In 2008, South Africa was shocked by the violence that swept the country when locals attacked black people from other African countries. The “makwerekwere”, the attackers alleged, were “stealing” locals' jobs, women, houses and were a drain on scarce resources.
Analysts attributed the violence to a number of factors ranging from a “third force”, an influx of “illegal immigrants”, poor border controls, changes in the national political leadership, rising food and commodity prices and poor service delivery.

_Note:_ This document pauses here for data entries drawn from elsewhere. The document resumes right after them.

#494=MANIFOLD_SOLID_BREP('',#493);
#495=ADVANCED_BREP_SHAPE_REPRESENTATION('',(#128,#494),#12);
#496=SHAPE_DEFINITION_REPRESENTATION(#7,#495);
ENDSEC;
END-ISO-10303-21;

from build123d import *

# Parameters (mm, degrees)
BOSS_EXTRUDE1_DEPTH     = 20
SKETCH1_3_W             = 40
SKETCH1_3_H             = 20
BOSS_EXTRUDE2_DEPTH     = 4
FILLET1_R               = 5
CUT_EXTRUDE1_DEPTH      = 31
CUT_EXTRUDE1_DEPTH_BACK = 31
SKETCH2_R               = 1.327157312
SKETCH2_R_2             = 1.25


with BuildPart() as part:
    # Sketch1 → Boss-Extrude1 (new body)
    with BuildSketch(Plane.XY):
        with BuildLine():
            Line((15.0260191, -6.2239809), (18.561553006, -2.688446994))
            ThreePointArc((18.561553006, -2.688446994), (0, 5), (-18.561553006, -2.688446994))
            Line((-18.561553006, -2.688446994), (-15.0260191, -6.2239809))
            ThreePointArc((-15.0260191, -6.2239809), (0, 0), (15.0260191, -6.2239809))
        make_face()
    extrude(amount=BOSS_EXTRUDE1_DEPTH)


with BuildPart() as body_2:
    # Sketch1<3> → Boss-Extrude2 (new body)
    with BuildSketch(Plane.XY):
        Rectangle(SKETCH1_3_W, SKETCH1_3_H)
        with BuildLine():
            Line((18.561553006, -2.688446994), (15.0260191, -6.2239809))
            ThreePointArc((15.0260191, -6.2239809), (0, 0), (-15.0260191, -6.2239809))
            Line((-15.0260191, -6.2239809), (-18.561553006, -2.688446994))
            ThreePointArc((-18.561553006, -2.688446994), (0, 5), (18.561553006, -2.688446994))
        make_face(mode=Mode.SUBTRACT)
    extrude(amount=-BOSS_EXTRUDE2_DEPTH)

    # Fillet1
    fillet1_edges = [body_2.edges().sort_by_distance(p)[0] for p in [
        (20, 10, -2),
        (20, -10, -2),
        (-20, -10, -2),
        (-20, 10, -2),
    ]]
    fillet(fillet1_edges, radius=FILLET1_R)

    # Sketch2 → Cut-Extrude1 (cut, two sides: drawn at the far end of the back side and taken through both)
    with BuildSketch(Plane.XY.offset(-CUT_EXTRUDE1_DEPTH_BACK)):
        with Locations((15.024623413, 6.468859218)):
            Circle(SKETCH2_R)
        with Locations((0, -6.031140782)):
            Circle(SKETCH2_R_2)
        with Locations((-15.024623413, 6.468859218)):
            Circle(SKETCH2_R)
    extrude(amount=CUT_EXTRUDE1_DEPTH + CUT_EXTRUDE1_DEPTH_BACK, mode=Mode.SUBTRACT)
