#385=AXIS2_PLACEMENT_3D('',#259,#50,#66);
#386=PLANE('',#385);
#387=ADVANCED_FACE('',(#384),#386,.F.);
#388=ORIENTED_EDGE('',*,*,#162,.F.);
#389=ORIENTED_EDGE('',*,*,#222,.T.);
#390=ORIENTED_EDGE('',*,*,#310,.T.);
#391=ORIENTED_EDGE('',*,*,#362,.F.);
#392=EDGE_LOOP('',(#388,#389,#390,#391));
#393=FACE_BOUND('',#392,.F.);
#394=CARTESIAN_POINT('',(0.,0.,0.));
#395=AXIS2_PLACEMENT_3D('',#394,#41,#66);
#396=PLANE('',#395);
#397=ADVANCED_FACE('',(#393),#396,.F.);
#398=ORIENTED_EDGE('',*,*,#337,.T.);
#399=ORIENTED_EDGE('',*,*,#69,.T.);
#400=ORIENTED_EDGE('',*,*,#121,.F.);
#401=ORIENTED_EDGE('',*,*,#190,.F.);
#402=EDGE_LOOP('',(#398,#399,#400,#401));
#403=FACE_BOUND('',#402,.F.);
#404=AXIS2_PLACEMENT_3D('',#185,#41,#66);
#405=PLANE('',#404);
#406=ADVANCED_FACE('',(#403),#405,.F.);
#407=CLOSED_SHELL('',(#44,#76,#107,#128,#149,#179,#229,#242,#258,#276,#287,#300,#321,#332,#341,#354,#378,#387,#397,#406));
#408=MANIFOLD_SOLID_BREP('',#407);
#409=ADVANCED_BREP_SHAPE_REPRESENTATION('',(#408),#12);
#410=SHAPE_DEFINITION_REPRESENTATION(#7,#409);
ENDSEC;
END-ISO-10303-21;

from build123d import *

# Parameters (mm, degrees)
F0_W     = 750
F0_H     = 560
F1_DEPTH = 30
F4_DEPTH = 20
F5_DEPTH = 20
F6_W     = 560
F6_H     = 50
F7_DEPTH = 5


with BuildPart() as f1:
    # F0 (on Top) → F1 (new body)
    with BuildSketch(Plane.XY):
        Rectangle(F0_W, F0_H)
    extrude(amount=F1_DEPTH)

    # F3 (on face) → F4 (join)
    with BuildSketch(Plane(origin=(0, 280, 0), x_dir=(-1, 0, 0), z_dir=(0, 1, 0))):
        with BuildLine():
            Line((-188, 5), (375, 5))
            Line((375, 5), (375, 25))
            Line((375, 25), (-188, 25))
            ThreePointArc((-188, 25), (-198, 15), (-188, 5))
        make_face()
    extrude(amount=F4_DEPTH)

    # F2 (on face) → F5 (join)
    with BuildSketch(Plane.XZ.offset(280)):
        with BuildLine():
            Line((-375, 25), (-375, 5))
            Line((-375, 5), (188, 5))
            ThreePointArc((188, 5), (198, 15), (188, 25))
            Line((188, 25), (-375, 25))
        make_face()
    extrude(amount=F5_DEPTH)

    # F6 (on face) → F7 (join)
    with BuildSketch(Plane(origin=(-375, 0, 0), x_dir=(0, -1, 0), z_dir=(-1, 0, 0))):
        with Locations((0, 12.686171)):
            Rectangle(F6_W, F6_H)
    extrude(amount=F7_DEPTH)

But the main factor appeared to be local leadership either encouraging xenophobia or failing to prevent it.
Following a fresh episode of xenophobic violence in October 2009 - when an estimated 2 000 Zimbabwean migrant farm workers were forced out of their shacks at De Doorns by bands of locals - an African National Congress (ANC) councillor for the area was fingered for fanning the attacks.
Isolated incidents of violence against black Africans have been reported countrywide since the end of the football World Cup in July. The government has vehemently refused to acknowledge that the violence was inspired by xenophobia, arguing instead that it was the handiwork of common criminals.
This is cold comfort though for migrants like Grace Matenhese who was chased out of her corrugated iron and board shack along with her infant child in the dead of night at De Doorns. “Being a single mother in a foreign country is not easy at the best of times, but it is even harder now that we have been deprived of our livelihood.”
Like the majority of aspiring African migrants seeking low-skilled work, Matenhese failed at the first hurdle in her attempts to acquire a work permit. Consequently, she lives under the perpetual threat of deportation, violence and exploitation because of her status as an “illegal foreigner”.